How credit affects your Mortgage Qualification

Introduction

To qualify for the best available mortgage rates, it’s important to have a strong credit score. A credit score of 680-700 or above is required to qualify for the best mortgage rates in Canada in 2021. Some mortgage providers allow you to qualify with credit scores between 600 and 680, but these providers may charge higher interest rates.

You may be wondering why lenders in Canada care so much about your credit score. Mortgages represent a large sum of money for lenders. Just like you wouldn’t lend money to a complete stranger, a lender isn’t going to lend you a large sum of money without vetting you first. Your credit score is one of the main ways that lenders vet you for your creditworthiness.


A good credit score shows lenders your ability to pay bills on time. The higher your score, the more likely that lenders are willing to work with you. A good credit score can also help you qualify for better mortgage rates, which will help you save more money on your mortgage payments. The interest rate you receive on your mortgage matters, as even a slightly lower interest rate can have a major impact on what you pay in interest.

What should my credit score be to get the best mortgage rates?

Here’s a brief overview of what your credit score looks like to lenders and mortgage brokers. The higher your credit score, the better rates you can qualify for.

741 or more: Wow – your credit score is excellent! This is where the best mortgage rates live.

713 to 740: You have a good credit score. You should receive a very good interest rate on your mortgage and have plenty of options.

660 to 712: This is considered a fair credit score by lenders. However, once you get to 660, you’ll be entering average credit score territory.

575 to 659: In the eyes of banks and lenders, this is a below-average credit score. If your credit score is below 640, you might have trouble getting a conventional mortgage from a bank or online lender. Consider working on improving your credit score before applying for a mortgage.

300 to 574: Your credit score is poor and needs improvement, but that’s OK. As your credit stands right now, you’d be considered a high-risk borrower.

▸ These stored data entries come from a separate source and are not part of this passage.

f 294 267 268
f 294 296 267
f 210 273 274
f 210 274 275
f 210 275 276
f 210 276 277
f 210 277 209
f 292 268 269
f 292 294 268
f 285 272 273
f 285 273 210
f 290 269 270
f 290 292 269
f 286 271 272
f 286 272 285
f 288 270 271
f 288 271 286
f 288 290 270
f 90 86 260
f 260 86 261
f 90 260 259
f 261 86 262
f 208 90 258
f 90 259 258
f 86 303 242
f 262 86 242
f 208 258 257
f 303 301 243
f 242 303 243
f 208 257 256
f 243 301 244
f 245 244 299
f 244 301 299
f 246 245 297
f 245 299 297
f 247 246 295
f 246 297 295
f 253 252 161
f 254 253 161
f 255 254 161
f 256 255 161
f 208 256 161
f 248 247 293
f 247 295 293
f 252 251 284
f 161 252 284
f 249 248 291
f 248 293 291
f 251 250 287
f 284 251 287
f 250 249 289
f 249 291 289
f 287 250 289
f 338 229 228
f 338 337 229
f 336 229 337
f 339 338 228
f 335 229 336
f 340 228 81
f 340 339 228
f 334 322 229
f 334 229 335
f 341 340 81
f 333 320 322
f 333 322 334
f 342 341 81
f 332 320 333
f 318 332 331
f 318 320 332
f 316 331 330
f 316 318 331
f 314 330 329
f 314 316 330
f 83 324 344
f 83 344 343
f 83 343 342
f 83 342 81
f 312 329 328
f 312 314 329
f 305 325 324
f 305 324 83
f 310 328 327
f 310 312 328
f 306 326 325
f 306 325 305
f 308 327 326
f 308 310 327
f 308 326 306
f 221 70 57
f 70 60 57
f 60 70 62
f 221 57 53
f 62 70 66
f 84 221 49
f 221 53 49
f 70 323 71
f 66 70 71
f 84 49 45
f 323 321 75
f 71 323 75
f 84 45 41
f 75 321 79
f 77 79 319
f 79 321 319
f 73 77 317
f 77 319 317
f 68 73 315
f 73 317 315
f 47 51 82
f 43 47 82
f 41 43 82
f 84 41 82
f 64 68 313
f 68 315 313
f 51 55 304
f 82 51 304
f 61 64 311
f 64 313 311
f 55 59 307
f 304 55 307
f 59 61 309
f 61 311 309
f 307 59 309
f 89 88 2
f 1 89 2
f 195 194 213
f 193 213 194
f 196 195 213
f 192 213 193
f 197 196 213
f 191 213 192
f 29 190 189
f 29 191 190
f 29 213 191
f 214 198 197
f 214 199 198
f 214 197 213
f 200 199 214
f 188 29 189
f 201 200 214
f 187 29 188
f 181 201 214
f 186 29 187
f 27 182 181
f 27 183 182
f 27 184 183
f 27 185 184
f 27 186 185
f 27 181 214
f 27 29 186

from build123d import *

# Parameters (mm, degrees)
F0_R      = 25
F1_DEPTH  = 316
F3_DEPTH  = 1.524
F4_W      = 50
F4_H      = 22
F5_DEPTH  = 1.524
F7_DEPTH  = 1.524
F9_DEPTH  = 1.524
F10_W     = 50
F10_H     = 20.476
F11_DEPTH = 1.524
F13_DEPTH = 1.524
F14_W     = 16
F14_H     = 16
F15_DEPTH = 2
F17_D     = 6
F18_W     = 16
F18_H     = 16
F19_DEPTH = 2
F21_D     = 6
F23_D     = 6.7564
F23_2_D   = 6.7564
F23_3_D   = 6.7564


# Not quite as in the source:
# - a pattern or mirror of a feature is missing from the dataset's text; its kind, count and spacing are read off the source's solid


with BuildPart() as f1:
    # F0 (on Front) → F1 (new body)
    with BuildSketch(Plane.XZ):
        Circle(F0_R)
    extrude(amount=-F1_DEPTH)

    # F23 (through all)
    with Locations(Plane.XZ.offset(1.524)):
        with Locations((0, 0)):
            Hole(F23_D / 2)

Even if you’re approved for a mortgage, you would end up paying extremely high interest rates. You should make an effort to improve your credit score in order to access better mortgage rates in the future.

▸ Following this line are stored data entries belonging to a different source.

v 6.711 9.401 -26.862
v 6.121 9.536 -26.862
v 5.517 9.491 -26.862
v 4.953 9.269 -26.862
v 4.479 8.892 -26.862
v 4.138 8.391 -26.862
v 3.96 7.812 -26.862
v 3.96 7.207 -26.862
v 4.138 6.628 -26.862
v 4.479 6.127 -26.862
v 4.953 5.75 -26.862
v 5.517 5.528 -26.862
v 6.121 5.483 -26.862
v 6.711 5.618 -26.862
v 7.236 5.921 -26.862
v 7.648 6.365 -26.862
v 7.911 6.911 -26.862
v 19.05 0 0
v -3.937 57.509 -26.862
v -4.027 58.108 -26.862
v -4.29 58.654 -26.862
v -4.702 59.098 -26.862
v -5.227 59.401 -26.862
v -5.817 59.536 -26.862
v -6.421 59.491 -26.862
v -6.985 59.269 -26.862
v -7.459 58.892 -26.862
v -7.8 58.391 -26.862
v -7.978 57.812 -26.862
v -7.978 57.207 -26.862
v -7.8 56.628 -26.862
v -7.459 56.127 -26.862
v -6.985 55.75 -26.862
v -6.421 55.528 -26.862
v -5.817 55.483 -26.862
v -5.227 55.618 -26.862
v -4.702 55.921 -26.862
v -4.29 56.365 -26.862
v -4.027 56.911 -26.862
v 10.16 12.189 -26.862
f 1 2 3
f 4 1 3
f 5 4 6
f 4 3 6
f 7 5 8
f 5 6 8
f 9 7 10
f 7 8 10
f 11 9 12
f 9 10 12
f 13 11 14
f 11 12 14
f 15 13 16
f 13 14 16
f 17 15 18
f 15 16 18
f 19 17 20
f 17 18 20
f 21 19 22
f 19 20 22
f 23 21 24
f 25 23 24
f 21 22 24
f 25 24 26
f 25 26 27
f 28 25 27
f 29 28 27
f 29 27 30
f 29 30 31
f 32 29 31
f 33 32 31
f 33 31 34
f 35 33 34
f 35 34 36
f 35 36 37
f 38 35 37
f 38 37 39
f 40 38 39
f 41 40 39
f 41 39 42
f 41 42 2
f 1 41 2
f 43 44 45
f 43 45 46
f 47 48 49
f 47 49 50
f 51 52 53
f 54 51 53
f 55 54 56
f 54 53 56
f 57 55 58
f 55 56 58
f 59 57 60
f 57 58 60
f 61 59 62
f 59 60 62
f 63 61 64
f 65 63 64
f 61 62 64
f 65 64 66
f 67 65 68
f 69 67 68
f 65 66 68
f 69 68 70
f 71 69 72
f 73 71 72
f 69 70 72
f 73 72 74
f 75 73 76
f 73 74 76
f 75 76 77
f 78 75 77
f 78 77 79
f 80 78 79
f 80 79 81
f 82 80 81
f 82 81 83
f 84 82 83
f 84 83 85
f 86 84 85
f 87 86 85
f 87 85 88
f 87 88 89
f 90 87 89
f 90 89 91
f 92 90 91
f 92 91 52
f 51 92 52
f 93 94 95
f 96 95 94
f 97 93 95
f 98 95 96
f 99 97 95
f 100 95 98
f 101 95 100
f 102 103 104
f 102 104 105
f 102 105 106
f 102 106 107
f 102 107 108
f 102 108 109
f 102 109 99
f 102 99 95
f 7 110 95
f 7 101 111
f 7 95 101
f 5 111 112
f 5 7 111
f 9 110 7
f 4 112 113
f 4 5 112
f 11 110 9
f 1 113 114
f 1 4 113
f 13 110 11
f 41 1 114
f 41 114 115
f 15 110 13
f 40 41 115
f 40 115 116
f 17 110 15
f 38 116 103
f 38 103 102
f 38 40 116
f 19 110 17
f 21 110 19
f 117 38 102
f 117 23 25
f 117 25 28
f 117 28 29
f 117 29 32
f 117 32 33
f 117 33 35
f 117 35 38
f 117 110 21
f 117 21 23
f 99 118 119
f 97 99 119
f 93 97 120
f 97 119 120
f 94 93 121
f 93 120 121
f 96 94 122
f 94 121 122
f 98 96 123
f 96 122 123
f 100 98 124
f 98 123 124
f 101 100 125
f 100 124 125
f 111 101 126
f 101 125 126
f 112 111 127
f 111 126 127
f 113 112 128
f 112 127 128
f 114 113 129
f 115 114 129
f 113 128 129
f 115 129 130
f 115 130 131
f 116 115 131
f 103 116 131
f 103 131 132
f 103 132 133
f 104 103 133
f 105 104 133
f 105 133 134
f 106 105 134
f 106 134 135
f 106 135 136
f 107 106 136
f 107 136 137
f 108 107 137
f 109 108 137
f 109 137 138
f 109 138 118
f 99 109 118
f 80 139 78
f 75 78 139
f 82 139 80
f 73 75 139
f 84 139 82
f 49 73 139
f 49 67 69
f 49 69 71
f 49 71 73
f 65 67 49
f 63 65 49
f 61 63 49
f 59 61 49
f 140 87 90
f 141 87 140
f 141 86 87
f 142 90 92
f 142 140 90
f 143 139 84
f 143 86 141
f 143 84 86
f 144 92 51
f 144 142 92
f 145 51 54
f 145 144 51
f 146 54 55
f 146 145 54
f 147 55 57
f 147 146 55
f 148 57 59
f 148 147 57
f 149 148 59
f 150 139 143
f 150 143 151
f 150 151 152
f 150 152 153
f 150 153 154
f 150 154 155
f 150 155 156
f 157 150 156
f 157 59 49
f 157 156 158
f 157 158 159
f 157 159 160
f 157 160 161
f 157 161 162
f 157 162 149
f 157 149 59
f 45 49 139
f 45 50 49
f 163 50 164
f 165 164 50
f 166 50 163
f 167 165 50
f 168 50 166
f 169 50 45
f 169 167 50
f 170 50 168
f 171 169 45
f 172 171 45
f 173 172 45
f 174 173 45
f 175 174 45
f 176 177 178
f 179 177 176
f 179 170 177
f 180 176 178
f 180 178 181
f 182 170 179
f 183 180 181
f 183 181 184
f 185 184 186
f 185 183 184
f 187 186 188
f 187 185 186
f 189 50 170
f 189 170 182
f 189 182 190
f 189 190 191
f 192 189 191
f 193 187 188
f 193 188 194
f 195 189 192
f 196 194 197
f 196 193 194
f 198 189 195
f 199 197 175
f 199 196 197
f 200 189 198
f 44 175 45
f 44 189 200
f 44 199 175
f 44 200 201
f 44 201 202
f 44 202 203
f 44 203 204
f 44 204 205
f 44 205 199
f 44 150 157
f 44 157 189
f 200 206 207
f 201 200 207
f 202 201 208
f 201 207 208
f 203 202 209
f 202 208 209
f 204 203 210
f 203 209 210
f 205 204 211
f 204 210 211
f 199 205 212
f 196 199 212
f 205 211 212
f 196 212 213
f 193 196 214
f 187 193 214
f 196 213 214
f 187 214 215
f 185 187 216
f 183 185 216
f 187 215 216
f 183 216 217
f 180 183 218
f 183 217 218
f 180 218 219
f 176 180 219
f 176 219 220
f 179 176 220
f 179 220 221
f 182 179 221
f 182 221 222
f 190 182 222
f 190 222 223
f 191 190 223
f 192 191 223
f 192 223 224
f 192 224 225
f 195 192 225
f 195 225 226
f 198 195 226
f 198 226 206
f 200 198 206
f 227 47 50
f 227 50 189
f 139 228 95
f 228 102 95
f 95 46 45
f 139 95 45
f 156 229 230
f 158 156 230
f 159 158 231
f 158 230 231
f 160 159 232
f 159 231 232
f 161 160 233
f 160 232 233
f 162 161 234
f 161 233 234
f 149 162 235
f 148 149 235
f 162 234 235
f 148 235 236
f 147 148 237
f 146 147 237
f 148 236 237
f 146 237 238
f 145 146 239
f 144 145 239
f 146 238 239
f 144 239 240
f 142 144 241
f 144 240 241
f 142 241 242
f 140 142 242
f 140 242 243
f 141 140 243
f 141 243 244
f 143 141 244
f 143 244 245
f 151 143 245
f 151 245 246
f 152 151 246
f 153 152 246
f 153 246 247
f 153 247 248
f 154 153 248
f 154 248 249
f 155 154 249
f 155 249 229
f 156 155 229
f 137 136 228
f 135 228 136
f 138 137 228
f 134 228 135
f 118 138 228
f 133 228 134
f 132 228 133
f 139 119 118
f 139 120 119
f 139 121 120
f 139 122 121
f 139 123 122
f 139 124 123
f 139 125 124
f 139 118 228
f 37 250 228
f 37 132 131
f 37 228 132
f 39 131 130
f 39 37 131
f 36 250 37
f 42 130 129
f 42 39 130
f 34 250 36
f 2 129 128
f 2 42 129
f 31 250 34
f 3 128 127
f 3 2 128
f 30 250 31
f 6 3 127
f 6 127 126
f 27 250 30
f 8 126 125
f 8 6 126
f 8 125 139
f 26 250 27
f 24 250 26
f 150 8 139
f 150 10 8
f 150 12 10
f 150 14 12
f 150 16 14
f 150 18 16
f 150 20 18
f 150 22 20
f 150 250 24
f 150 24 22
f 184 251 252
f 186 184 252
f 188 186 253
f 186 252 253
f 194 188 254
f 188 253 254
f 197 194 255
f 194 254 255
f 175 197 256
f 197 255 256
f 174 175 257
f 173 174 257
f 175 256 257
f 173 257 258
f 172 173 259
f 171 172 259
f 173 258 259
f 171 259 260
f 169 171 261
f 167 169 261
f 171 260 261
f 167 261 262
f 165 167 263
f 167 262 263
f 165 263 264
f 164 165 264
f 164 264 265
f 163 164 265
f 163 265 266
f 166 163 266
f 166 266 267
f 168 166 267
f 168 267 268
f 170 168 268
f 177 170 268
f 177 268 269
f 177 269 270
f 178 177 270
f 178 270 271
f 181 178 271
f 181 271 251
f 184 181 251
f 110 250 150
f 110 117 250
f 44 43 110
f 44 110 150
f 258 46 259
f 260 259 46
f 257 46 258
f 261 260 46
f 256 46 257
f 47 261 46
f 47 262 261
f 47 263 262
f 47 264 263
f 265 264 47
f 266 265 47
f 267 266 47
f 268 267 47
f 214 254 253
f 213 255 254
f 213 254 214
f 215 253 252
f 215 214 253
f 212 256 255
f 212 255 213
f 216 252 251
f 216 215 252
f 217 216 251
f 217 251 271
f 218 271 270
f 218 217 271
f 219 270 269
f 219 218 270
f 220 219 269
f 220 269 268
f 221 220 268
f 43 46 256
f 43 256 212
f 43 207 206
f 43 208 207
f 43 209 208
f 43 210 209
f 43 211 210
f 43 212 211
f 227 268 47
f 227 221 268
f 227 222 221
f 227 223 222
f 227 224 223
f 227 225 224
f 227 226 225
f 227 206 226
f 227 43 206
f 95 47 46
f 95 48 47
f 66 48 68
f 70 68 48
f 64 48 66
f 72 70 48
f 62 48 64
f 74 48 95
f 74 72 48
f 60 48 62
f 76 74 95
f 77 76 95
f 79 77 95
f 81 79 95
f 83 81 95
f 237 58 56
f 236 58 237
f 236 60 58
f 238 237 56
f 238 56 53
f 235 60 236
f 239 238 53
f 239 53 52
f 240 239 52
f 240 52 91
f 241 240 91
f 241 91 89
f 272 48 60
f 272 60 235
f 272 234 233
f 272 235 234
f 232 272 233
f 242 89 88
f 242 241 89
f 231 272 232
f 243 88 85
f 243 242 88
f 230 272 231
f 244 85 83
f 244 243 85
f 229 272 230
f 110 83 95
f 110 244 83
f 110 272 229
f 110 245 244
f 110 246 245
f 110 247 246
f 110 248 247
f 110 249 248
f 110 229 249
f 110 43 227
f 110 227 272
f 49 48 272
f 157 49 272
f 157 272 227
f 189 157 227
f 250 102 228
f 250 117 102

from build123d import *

For every 20-point increment that your credit score drops, you’ll likely see small changes in the interest rate you’re offered. Lenders typically adjust their offer rates each time your credit score moves up or down by 20 points.

Conclusion

Having a credit score of 680 or above gives you the best shot at qualifying for the lowest mortgage rates in Canada. If your credit score is between 600 and 680, you may still have mortgage options available to you, but they may be at higher rates. If you’re not in a rush to find your new home, we recommend taking steps to build and improve your credit score, especially if you have a zero credit score. By doing so, you can set yourself up powerfully for the future to qualify for the best mortgage rates, save money, and pay off your mortgage sooner.